Hydrogen is one reaction gas that has been studied extensively. Rapid heating of coal in hydrogen atmospheres can result in well over 50 percent volatile yields. In the presence of solid catalysts, volatile yields as high as 90 percent have been reported (the majority of which occurs in less than 1 second). The primary products of gasification in the presence of H2 is CH4. However, other heavier products are also accentuated. It is believed that the initial step in this overall scheme is the devolatilization of the coal to small reactive fragments. These can either recombine or react with other species such as H2.
After the relatively fast reactions of devolatilization, reductive gasification and recoking, the residual solid material (coke) is then gasified under oxidative conditions.

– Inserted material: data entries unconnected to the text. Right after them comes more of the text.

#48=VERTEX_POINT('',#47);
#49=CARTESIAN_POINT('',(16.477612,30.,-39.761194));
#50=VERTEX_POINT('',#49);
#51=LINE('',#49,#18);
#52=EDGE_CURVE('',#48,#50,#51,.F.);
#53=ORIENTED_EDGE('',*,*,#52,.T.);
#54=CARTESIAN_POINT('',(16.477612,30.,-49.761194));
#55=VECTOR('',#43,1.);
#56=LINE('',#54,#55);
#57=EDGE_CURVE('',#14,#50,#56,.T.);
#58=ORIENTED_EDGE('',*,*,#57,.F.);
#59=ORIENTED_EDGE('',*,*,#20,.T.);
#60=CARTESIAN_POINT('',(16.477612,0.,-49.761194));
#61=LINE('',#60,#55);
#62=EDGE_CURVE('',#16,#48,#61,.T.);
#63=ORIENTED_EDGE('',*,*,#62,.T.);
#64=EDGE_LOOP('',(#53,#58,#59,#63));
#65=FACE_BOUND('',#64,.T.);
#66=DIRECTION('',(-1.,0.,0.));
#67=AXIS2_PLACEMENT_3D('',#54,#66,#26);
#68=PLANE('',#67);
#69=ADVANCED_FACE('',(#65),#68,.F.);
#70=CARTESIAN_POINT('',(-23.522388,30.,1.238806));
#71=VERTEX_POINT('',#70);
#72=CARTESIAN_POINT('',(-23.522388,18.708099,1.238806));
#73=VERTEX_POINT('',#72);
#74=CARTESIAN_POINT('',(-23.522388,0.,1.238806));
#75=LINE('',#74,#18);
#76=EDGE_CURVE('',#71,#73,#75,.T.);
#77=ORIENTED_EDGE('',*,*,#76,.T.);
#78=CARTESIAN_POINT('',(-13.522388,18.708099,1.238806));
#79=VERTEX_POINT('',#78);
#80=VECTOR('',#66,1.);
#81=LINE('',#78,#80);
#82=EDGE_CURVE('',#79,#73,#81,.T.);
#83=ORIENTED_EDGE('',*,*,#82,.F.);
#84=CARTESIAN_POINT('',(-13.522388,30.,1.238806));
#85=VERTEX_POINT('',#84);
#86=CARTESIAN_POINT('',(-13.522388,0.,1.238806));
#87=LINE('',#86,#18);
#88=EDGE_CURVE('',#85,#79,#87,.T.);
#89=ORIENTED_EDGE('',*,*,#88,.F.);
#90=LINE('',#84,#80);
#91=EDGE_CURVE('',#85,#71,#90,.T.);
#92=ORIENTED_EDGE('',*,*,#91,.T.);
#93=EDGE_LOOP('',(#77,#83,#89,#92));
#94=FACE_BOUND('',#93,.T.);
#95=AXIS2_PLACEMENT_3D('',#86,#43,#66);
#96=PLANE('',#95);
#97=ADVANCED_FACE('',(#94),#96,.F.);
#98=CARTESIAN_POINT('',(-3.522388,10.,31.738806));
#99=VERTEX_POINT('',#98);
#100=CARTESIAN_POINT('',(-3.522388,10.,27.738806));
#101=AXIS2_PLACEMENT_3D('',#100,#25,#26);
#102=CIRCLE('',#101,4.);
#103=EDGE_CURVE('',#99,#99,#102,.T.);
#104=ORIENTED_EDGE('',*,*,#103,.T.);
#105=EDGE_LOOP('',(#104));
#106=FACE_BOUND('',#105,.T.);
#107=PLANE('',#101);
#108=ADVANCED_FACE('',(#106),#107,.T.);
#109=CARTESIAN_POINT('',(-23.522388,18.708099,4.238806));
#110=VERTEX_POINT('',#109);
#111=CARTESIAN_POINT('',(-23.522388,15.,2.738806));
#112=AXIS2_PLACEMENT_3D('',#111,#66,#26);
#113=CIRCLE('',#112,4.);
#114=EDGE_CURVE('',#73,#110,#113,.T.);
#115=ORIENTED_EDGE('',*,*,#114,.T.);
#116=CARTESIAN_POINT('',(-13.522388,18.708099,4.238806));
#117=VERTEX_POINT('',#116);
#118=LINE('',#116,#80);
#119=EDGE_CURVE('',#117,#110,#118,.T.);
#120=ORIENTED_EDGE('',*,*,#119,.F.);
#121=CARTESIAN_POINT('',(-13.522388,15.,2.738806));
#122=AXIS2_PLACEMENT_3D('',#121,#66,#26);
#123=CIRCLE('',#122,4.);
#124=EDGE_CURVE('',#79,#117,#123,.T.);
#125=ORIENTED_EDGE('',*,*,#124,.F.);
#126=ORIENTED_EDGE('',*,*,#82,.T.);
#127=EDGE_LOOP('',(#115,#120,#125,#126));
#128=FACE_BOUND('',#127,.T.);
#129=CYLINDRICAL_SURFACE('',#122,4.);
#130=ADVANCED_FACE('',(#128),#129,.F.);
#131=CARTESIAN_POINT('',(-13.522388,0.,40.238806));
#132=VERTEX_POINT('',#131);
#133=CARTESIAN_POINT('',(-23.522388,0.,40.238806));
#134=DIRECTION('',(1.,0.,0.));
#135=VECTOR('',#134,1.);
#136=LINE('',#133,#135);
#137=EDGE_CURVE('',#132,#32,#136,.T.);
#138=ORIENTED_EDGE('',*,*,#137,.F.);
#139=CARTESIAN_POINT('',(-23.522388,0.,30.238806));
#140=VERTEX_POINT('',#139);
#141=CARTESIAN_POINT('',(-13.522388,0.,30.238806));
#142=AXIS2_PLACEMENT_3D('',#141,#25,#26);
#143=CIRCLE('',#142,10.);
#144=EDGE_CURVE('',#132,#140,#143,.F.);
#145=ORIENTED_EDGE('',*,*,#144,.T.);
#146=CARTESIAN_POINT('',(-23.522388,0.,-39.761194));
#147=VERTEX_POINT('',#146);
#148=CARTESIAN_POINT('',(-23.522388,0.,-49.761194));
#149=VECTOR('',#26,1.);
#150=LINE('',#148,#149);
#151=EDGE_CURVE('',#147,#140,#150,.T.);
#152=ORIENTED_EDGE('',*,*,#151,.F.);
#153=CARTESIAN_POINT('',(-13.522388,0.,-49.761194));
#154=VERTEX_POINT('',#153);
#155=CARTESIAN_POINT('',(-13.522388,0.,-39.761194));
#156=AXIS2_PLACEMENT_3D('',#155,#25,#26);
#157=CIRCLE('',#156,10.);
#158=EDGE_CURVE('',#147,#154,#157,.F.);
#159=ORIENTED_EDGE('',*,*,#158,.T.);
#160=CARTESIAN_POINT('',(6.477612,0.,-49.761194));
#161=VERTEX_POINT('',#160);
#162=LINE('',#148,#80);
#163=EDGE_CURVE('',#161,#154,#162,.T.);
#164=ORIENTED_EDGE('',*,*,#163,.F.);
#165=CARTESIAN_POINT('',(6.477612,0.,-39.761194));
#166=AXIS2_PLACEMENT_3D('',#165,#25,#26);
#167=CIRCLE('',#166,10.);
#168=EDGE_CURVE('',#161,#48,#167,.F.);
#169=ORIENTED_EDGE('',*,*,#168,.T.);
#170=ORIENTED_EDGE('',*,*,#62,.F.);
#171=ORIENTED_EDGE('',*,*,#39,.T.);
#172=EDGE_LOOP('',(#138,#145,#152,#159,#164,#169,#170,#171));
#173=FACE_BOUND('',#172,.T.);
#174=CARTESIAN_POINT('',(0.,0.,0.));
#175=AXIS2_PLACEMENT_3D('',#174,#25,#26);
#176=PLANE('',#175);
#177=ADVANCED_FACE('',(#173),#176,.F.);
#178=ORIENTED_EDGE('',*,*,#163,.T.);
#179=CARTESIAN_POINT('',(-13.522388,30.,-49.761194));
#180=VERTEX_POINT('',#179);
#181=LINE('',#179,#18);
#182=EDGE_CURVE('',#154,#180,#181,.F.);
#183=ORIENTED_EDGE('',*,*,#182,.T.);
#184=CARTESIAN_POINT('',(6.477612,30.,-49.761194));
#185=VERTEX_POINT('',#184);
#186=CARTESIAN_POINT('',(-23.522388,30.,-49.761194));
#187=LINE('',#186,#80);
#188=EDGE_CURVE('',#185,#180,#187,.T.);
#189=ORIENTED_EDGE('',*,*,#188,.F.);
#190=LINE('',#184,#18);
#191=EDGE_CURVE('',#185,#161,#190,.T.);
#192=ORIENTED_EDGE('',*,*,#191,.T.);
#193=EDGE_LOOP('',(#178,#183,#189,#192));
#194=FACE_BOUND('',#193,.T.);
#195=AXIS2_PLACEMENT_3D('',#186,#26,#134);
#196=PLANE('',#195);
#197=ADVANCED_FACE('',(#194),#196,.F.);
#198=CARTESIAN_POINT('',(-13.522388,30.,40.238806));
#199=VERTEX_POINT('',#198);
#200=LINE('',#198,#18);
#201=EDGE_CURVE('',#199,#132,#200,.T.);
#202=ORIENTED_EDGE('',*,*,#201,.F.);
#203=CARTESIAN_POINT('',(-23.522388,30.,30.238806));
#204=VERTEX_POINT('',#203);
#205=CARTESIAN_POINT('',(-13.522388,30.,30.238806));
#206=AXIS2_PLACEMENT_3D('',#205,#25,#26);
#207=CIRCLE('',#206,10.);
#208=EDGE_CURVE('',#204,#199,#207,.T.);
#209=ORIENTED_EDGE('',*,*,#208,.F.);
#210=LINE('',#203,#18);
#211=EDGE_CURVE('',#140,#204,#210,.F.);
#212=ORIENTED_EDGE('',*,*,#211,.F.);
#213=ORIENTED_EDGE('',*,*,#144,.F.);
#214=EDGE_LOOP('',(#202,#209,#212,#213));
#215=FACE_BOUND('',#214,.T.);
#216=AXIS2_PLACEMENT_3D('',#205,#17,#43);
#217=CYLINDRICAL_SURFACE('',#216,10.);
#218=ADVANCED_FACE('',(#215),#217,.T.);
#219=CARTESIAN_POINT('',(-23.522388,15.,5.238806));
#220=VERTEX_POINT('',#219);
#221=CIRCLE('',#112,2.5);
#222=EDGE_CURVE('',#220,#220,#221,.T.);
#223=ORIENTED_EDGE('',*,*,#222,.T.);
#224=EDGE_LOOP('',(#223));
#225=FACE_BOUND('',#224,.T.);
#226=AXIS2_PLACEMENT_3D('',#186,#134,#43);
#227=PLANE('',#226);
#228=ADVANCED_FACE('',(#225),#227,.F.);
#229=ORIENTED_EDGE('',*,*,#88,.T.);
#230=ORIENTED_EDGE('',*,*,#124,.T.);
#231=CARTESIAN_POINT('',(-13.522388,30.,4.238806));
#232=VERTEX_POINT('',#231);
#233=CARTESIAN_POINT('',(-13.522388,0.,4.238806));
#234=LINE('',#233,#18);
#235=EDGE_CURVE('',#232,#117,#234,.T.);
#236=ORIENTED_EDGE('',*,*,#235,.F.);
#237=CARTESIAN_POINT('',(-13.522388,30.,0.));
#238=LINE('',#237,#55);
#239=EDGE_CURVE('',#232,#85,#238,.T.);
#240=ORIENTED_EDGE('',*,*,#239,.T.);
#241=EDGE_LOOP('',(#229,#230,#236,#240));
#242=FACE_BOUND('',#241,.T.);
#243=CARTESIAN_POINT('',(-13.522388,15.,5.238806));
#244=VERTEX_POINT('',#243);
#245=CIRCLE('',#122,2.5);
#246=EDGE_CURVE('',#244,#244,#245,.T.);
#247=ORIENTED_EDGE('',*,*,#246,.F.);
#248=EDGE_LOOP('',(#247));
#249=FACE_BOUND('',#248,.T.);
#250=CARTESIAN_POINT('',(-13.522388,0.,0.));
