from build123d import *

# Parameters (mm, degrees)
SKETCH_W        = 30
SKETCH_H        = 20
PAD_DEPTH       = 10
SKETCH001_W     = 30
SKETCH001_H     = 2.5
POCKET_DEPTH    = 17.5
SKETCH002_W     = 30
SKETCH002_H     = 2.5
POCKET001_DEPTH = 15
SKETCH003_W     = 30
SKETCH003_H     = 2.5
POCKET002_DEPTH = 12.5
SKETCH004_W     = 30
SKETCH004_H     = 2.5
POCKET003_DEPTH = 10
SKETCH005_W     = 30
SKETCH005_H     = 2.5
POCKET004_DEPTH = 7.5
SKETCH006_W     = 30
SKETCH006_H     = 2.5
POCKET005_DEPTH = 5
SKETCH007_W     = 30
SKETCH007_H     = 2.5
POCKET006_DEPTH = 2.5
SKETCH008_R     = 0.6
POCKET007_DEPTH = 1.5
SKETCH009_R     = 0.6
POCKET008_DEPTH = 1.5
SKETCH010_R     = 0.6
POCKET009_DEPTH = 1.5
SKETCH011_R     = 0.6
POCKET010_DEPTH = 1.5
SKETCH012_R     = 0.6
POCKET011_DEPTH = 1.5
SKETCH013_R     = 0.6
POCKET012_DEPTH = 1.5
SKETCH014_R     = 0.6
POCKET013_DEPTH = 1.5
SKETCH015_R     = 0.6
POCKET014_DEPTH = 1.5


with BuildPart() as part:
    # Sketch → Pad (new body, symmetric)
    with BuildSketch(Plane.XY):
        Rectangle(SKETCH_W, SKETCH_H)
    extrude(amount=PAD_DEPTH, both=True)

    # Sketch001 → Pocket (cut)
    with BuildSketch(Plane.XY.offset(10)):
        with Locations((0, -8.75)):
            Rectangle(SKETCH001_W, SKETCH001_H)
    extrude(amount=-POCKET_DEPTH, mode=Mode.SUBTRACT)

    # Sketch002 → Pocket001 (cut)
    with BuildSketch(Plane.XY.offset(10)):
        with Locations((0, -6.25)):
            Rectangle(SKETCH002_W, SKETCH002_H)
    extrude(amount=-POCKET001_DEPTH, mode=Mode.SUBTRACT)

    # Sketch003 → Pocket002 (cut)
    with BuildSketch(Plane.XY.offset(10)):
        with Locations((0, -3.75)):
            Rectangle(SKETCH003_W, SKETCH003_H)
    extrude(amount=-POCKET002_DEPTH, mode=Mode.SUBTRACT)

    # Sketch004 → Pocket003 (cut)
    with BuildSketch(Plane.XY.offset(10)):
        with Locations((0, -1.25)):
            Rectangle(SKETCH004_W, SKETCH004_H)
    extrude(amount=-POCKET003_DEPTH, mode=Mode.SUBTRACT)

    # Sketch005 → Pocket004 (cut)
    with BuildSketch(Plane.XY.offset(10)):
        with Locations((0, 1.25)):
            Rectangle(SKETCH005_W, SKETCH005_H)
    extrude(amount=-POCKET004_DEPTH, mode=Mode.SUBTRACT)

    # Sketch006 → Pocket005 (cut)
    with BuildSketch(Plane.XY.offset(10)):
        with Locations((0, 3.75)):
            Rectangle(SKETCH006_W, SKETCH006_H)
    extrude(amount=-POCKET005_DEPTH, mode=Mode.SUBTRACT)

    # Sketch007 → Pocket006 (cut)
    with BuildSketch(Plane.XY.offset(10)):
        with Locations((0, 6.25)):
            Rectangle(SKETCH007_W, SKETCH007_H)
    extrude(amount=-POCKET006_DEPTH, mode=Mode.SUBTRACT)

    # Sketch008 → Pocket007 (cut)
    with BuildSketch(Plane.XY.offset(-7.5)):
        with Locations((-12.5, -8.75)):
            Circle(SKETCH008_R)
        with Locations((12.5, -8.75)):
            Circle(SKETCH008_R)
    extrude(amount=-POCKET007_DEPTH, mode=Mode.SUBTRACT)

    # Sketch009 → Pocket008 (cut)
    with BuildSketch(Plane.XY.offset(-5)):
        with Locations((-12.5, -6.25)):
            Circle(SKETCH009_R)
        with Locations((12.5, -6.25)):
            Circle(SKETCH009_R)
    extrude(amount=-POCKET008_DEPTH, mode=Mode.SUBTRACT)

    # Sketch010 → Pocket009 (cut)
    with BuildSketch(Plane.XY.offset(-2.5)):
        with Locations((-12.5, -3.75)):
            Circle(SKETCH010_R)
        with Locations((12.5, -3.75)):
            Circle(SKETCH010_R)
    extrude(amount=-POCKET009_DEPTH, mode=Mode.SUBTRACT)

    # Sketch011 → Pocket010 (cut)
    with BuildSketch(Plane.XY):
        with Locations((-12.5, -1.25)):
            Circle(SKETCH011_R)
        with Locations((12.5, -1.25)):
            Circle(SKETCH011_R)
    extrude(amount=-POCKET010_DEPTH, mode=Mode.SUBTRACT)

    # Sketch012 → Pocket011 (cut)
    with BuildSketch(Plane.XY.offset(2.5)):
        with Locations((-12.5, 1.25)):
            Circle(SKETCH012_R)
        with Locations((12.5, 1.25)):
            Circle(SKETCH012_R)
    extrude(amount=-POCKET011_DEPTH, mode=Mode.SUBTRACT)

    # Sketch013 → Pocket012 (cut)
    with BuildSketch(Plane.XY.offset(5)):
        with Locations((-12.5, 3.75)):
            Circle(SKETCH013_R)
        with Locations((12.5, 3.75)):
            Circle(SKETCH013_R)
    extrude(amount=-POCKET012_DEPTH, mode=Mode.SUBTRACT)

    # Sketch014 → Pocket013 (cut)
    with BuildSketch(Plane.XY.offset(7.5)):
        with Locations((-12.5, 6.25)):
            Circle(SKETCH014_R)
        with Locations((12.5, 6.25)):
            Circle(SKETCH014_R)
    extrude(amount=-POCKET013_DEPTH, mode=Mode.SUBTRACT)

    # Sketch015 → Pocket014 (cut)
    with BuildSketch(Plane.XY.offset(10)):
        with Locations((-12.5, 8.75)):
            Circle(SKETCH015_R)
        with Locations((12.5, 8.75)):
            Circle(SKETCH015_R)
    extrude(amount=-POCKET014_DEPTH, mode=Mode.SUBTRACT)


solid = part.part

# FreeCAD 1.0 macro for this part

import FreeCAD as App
import Part
import Sketcher

V = App.Vector


def add_polygon(sketch, points):
    """Adds a closed chain of lines whose ends are joined by coincident constraints."""
    first, n = sketch.GeometryCount, len(points)
    for a, b in zip(points, points[1:] + points[:1]):
        sketch.addGeometry(Part.LineSegment(App.Vector(*a, 0), App.Vector(*b, 0)), False)
    for i in range(n):
        sketch.addConstraint(Sketcher.Constraint("Coincident", first + i, 2, first + (i + 1) % n, 1))

doc = App.newDocument("Part")
params = doc.addObject("Spreadsheet::Sheet", "Params")
for row, (alias, value) in enumerate([
    ("sketch1_width", "30 mm"),
    ("sketch1_height", "20 mm"),
    ("pad1_length", "20 mm"),
    ("sketch2_width", "30 mm"),
    ("sketch2_height", "2.5 mm"),
    ("pocket1_length", "17.5 mm"),
    ("sketch3_width", "30 mm"),
    ("sketch3_height", "2.5 mm"),
    ("pocket2_length", "15 mm"),
    ("sketch4_width", "30 mm"),
    ("sketch4_height", "2.5 mm"),
    ("pocket3_length", "12.5 mm"),
    ("sketch5_width", "30 mm"),
    ("sketch5_height", "2.5 mm"),
    ("pocket4_length", "10 mm"),
    ("sketch6_width", "30 mm"),
    ("sketch6_height", "2.5 mm"),
    ("pocket5_length", "7.5 mm"),
    ("sketch7_width", "30 mm"),
    ("sketch7_height", "2.5 mm"),
    ("pocket6_length", "5 mm"),
    ("sketch8_width", "30 mm"),
    ("sketch8_height", "2.5 mm"),
    ("pocket7_length", "2.5 mm"),
    ("sketch9_diameter", "1.2 mm"),
    ("pocket8_length", "1.5 mm"),
    ("sketch10_diameter", "1.2 mm"),
    ("pocket9_length", "1.5 mm"),
    ("sketch11_diameter", "1.2 mm"),
    ("pocket10_length", "1.5 mm"),
    ("sketch12_diameter", "1.2 mm"),
    ("pocket11_length", "1.5 mm"),
    ("sketch13_diameter", "1.2 mm"),
    ("pocket12_length", "1.5 mm"),
    ("sketch14_diameter", "1.2 mm"),
    ("pocket13_length", "1.5 mm"),
    ("sketch15_diameter", "1.2 mm"),
    ("pocket14_length", "1.5 mm"),
    ("sketch16_diameter", "1.2 mm"),
    ("pocket15_length", "1.5 mm"),
], start=1):
    params.set(f"A{row}", alias)
    params.set(f"B{row}", "=" + value)
    params.setAlias(f"B{row}", alias)

body = doc.addObject("PartDesign::Body", "Body")

# Sketch on XY plane
sketch1 = body.newObject("Sketcher::SketchObject", "Sketch")
sketch1.AttachmentSupport = (doc.getObject("XY_Plane"), [""])
sketch1.MapMode = "FlatFace"
add_polygon(sketch1, [(-15, 10), (-15, -10), (15, -10), (15, 10)])  # lines 0-3
sketch1.addConstraint(Sketcher.Constraint("Vertical", 0))
sketch1.addConstraint(Sketcher.Constraint("Horizontal", 1))
sketch1.addConstraint(Sketcher.Constraint("Vertical", 2))
sketch1.addConstraint(Sketcher.Constraint("Horizontal", 3))
sketch1.addConstraint(Sketcher.Constraint("Symmetric", 0, 2, 2, 2, -1, 1))
sketch1.addConstraint(Sketcher.Constraint("DistanceX", 1, 1, 1, 2, 30.0))
sketch1.addConstraint(Sketcher.Constraint("DistanceY", 0, 2, 0, 1, 20.0))
sketch1.setExpression("Constraints[9]", "Params.sketch1_width")
sketch1.setExpression("Constraints[10]", "Params.sketch1_height")
pad1 = body.newObject("PartDesign::Pad", "Pad")
pad1.Profile = sketch1
pad1.setExpression("Length", "Params.pad1_length")
pad1.Midplane = True

# Sketch on XY plane
sketch2 = body.newObject("Sketcher::SketchObject", "Sketch001")
sketch2.AttachmentSupport = (doc.getObject("XY_Plane"), [""])
sketch2.MapMode = "FlatFace"
sketch2.AttachmentOffset = App.Placement(V(0, 0, 10), App.Rotation())
add_polygon(sketch2, [(-15, -7.5), (-15, -10), (15, -10), (15, -7.5)])  # lines 0-3
sketch2.addConstraint(Sketcher.Constraint("Vertical", 0))
sketch2.addConstraint(Sketcher.Constraint("Horizontal", 1))
sketch2.addConstraint(Sketcher.Constraint("Vertical", 2))
sketch2.addConstraint(Sketcher.Constraint("Horizontal", 3))
sketch2.addConstraint(Sketcher.Constraint("DistanceX", 1, 1, 1, 2, 30.0))
sketch2.addConstraint(Sketcher.Constraint("DistanceY", 0, 2, 0, 1, 2.5))
sketch2.addConstraint(Sketcher.Constraint("DistanceX", 0, 2, -1, 1, 15.0))
sketch2.addConstraint(Sketcher.Constraint("DistanceY", 0, 2, -1, 1, 10.0))
sketch2.setExpression("Constraints[8]", "Params.sketch2_width")
sketch2.setExpression("Constraints[9]", "Params.sketch2_height")
pocket1 = body.newObject("PartDesign::Pocket", "Pocket")
pocket1.Profile = sketch2
pocket1.setExpression("Length", "Params.pocket1_length")

# Sketch on XY plane
sketch3 = body.newObject("Sketcher::SketchObject", "Sketch002")
sketch3.AttachmentSupport = (doc.getObject("XY_Plane"), [""])
sketch3.MapMode = "FlatFace"
sketch3.AttachmentOffset = App.Placement(V(0, 0, 10), App.Rotation())
add_polygon(sketch3, [(-15, -5), (-15, -7.5), (15, -7.5), (15, -5)])  # lines 0-3
sketch3.addConstraint(Sketcher.Constraint("Vertical", 0))
sketch3.addConstraint(Sketcher.Constraint("Horizontal", 1))
sketch3.addConstraint(Sketcher.Constraint("Vertical", 2))
sketch3.addConstraint(Sketcher.Constraint("Horizontal", 3))
sketch3.addConstraint(Sketcher.Constraint("DistanceX", 1, 1, 1, 2, 30.0))
sketch3.addConstraint(Sketcher.Constraint("DistanceY", 0, 2, 0, 1, 2.5))
sketch3.addConstraint(Sketcher.Constraint("DistanceX", 0, 2, -1, 1, 15.0))
sketch3.addConstraint(Sketcher.Constraint("DistanceY", 2, 2, -1, 1, 5.0))
sketch3.setExpression("Constraints[8]", "Params.sketch3_width")
sketch3.setExpression("Constraints[9]", "Params.sketch3_height")
pocket2 = body.newObject("PartDesign::Pocket", "Pocket001")
pocket2.Profile = sketch3
pocket2.setExpression("Length", "Params.pocket2_length")

# Sketch on XY plane
sketch4 = body.newObject("Sketcher::SketchObject", "Sketch003")
sketch4.AttachmentSupport = (doc.getObject("XY_Plane"), [""])
sketch4.MapMode = "FlatFace"
sketch4.AttachmentOffset = App.Placement(V(0, 0, 10), App.Rotation())
add_polygon(sketch4, [(-15, -2.5), (-15, -5), (15, -5), (15, -2.5)])  # lines 0-3
sketch4.addConstraint(Sketcher.Constraint("Vertical", 0))
sketch4.addConstraint(Sketcher.Constraint("Horizontal", 1))
sketch4.addConstraint(Sketcher.Constraint("Vertical", 2))
sketch4.addConstraint(Sketcher.Constraint("Horizontal", 3))
sketch4.addConstraint(Sketcher.Constraint("DistanceX", 1, 1, 1, 2, 30.0))
sketch4.addConstraint(Sketcher.Constraint("DistanceY", 0, 2, 0, 1, 2.5))
sketch4.addConstraint(Sketcher.Constraint("DistanceX", 0, 2, -1, 1, 15.0))
sketch4.addConstraint(Sketcher.Constraint("DistanceY", 0, 2, -1, 1, 5.0))
sketch4.setExpression("Constraints[8]", "Params.sketch4_width")
sketch4.setExpression("Constraints[9]", "Params.sketch4_height")
pocket3 = body.newObject("PartDesign::Pocket", "Pocket002")
pocket3.Profile = sketch4
pocket3.setExpression("Length", "Params.pocket3_length")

This generally is carried out in the lower regions of present gasifiers by direct combustion with oxygen (partial and/or complete). An intermediate gasification of char also occurs due to the interaction of char with hot CO, CO2, and steam. This intermediate stage is the predominant reaction which leads to the production of CO and H2.
An object of the present invention is to provide a coal devolatilizing and conversion process wherein more desirable volatile product fractions of the coal are efficiently recovered.
Another object of this invention is to provide a more desirable environment for char formation during coal devolatilization which will provide a coal char highly desirable for subsequent use including gasification. A further object of this invention is to provide a coal devolatilizing process which improves the direct production of premium liquid hydrocarbon products. A further object of this invention is to furnish a unique method for ash removal.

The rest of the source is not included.